10.08.2007
Tagtown: Hitting the Streets
Being an artist can be a solitary business.
We hole ourselves up for god-awful amounts of time, making messes and playing music at levels that drive our neighbors crazy. We'll sit and stare a works-in-progress, stewing and cranky when some piece or panel isn't flowing, watch movies, play video games, surf the web, do anything... all in hopes for hitting that little spark that makes us push out pages and drawings and make it less like work and more like the fun it is in movies.
And then we all hit that point where we say "Enough!" and we run out of our apartments screaming, craving human interaction.
Sometime on those nights, I hit the Metro and head in to Chinatown. I head off the train, head across 7th street, say hey to my friend Doorman Mike and down in to Rocket Bar. Nestled right between Ruby Tuesday and some other place I don't like, Rocket Bar is a great little bastion of normalcy in the middle of Caps fans and Doctors. The place is owned by the same people that own Bedrock Billards (and about a half dozen other bars according to my exhaustive research).

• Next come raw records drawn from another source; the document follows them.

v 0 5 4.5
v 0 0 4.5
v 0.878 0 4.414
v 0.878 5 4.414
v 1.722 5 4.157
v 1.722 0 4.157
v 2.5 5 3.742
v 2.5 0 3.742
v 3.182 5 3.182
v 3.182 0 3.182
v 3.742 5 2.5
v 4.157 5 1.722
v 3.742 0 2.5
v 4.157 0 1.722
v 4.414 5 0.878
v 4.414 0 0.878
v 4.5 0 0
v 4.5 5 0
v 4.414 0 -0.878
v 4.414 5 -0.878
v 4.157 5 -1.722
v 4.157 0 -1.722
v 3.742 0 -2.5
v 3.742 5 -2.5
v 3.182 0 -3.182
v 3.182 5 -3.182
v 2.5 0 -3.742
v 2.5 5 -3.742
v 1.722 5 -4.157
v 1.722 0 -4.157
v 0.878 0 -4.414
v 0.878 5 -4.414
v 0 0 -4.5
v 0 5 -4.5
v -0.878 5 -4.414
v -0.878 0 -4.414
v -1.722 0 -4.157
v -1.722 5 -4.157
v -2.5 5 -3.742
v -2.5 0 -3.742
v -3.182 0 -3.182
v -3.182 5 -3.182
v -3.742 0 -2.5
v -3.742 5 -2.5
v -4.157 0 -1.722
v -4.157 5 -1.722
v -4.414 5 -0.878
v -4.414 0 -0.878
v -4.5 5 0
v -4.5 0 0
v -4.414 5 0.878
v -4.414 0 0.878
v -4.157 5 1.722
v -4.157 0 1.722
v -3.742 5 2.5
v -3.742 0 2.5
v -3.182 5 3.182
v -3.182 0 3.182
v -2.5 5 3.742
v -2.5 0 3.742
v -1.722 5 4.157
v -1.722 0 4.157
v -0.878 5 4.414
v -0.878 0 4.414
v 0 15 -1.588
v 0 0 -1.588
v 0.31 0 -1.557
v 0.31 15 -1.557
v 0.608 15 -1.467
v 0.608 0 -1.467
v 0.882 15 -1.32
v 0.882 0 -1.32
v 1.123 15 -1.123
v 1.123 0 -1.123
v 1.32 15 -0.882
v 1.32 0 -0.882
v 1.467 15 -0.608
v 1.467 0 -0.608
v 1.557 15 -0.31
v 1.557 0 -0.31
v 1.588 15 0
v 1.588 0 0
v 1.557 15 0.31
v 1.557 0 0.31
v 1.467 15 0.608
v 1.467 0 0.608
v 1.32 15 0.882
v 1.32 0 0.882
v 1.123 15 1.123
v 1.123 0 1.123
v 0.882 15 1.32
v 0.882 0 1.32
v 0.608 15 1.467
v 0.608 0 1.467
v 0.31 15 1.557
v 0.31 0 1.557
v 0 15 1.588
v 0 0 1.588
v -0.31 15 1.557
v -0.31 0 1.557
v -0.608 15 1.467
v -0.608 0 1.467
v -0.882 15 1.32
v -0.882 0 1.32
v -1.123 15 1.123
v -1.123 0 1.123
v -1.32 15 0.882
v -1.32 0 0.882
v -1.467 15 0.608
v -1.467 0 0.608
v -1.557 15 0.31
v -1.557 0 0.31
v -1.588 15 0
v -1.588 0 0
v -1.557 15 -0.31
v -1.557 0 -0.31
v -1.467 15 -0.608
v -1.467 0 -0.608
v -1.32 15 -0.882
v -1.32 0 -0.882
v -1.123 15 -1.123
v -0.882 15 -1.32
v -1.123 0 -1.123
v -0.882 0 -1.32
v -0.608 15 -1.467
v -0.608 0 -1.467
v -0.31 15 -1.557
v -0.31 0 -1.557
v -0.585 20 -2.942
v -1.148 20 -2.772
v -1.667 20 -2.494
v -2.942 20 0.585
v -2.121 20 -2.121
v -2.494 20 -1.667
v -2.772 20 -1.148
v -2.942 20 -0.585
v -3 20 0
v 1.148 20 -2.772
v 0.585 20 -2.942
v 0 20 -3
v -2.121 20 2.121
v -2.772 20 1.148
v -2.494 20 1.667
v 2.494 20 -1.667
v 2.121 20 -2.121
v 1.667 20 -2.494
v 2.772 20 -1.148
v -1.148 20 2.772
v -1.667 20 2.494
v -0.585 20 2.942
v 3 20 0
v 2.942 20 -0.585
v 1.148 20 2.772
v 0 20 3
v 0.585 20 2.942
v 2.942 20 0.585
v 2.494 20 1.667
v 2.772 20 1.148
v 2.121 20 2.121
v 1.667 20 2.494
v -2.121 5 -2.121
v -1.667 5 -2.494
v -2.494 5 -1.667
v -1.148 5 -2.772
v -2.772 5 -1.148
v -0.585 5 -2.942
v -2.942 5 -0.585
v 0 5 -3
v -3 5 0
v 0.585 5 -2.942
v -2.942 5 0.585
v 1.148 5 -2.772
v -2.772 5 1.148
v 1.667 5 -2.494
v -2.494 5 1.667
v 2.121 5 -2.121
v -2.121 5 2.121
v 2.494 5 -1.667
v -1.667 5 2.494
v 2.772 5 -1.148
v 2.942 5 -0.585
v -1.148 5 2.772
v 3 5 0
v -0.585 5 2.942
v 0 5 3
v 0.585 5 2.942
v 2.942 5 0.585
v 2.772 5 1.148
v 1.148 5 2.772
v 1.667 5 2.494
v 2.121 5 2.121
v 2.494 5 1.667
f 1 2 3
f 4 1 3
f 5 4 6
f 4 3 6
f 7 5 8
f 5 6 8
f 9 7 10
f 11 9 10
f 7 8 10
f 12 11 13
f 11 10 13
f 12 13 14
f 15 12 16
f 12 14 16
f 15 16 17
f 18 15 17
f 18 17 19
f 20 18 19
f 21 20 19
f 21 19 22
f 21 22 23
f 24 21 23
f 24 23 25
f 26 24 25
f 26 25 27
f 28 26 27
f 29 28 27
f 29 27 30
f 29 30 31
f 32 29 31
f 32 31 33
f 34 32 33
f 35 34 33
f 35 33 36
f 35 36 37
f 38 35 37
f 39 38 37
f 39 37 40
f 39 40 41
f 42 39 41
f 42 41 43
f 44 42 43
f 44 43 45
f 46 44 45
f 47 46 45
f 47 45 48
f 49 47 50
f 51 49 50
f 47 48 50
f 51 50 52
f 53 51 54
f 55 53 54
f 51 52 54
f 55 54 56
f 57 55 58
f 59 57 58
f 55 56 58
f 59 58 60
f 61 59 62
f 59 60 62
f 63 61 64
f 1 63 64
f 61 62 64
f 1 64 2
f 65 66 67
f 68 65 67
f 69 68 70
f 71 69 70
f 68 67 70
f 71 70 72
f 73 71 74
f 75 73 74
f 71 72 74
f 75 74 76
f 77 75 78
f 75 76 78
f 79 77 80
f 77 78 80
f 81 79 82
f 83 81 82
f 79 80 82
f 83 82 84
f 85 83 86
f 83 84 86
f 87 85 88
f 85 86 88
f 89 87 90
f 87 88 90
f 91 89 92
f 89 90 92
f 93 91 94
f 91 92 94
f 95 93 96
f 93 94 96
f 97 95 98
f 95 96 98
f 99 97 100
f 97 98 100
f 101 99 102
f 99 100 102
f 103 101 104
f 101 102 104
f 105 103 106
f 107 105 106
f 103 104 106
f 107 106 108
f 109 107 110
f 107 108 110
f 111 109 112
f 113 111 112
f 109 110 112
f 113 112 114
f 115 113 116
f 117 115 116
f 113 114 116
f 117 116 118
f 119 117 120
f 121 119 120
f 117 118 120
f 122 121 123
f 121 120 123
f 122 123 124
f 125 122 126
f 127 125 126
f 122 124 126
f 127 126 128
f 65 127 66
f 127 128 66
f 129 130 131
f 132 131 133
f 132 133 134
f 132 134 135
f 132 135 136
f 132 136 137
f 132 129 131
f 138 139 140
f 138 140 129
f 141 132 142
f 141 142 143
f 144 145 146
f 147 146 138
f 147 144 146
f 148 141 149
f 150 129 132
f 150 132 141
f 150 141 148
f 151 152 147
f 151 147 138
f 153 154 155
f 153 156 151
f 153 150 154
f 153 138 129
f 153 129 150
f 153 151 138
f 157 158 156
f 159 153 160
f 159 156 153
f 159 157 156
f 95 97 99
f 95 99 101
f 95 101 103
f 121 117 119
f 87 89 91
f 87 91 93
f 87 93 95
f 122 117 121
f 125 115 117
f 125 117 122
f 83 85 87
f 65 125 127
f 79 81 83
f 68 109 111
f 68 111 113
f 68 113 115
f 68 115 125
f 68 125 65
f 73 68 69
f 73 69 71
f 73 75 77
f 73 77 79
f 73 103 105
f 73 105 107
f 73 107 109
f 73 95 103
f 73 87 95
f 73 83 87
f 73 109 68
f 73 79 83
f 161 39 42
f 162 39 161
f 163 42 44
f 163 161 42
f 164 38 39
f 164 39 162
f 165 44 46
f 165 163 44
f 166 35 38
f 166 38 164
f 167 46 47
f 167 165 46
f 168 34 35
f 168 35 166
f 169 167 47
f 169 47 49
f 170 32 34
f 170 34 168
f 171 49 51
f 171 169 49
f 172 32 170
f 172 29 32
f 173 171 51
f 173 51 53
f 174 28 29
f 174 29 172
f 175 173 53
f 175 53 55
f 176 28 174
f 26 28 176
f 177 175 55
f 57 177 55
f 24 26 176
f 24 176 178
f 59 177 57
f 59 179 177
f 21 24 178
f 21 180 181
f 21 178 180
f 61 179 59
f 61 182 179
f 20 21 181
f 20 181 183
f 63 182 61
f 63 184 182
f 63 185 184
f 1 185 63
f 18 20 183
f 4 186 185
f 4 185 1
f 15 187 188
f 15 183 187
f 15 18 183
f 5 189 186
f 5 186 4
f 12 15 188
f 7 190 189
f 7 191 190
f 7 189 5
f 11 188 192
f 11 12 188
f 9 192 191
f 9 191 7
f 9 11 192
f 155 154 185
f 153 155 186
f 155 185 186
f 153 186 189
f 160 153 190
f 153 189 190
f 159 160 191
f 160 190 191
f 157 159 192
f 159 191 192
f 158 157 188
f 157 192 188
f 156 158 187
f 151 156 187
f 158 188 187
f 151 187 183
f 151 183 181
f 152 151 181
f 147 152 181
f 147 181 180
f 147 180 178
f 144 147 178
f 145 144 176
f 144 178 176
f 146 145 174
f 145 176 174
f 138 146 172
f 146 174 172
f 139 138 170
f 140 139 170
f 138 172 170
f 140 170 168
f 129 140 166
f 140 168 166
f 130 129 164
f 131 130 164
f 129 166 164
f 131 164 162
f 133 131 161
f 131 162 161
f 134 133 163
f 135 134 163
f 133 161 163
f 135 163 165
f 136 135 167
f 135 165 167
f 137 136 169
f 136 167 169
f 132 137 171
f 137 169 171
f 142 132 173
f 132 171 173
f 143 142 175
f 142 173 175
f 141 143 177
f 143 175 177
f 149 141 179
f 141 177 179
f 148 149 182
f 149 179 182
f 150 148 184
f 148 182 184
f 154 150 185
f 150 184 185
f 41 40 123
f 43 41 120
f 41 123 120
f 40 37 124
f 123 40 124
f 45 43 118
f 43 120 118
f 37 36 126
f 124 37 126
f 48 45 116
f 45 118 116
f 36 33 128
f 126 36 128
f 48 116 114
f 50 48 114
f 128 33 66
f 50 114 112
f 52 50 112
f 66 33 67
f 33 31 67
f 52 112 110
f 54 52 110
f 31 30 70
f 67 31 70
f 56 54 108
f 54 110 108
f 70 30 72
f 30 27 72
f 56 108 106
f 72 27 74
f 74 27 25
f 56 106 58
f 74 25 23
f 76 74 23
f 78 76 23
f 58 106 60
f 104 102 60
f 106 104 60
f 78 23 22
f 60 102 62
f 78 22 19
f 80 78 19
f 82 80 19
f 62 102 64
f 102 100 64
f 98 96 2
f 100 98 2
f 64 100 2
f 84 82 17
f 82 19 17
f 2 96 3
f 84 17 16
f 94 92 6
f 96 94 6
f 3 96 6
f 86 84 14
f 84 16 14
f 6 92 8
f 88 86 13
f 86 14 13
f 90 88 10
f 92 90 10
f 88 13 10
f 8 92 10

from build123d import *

# Parameters (mm, degrees)
SKETCH_1_R          = 4.5
EXTRUDE_1_DEPTH     = 20
CUT_EXTRUDE_START   = -15
SKETCH_2_R          = 4.5
SKETCH_2_R_2        = 3
CUT_EXTRUDE_1_DEPTH = 15
SKETCH_3_R          = 1.5875
CUT_EXTRUDE_2_DEPTH = 15


with BuildPart() as part:
    # Эскиз1 → Бобышка-Вытянуть1 (new body)
    with BuildSketch(Plane(origin=(0, 0, 0), x_dir=(1, 0, 0), z_dir=(0, 1, 0))):
        with Locations(Location((0, 0, 0), (0, 0, 270))):
            Circle(SKETCH_1_R)
    extrude(amount=EXTRUDE_1_DEPTH)

    # Эскиз2 → Вырез-Вытянуть1 (cut)
    with BuildSketch(Plane(origin=(0, 20, 0), x_dir=(1, 0, 0), z_dir=(0, 1, 0)).offset(CUT_EXTRUDE_START)):
        with Locations(Location((0, 0, 0), (0, 0, 270))):
            Circle(SKETCH_2_R)
        with Locations(Location((0, 0, 0), (0, 0, 270))):
            Circle(SKETCH_2_R_2, mode=Mode.SUBTRACT)
    extrude(amount=CUT_EXTRUDE_1_DEPTH, mode=Mode.SUBTRACT)

    # Эскиз3 → Вырез-Вытянуть2 (cut)
    with BuildSketch(Plane.XZ):
        with Locations(Location((0, 0, 0), (0, 0, 270))):
            Circle(SKETCH_3_R)
    extrude(amount=-CUT_EXTRUDE_2_DEPTH, mode=Mode.SUBTRACT)


solid = part.part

My buddy Conowingo was born to bartend. He works most nights at Rocket
Bar. Beer orders are coming in left and right making our conversations pause mid sentence. At the next lull he starts right back up again without missing a beat. He looks like he could snap an obnoxiously drunken customer in half, but he's a good guy. Just the type you need to serve angry sports fans and yourself when you need to clear your head. As the night gets on and the bar gets more customers, he slides notes my way about the crowd as its gets busier and busier and yells out "It's never busy until you show up!"
At some point I just stop and listen to bits of pieces of conversation, people watch for hairstyles, clothes, mannerisms. Anything I can poach, steal, pilfer and use in my comics and illustrations. The girl in the corner chewing her hair, the guy to my left talking this deal or that deal with slicked back hair and still tight tie, the couple on their third date but the guy just isn’t that interested.
A few hours later, I pay my tab, say by to Wingo and Doorman Mike, stumble out, hit the Metro, and head back home. The next morning I'm powered by a hangover and good stories and start drawing again.
The true moral of this story, is that most comic book artists are fueled by beer, and there's a good chance that your sassy going out outfit or your awesome tattoo or out of context one liner will show up in one of my panels or one of someone elses.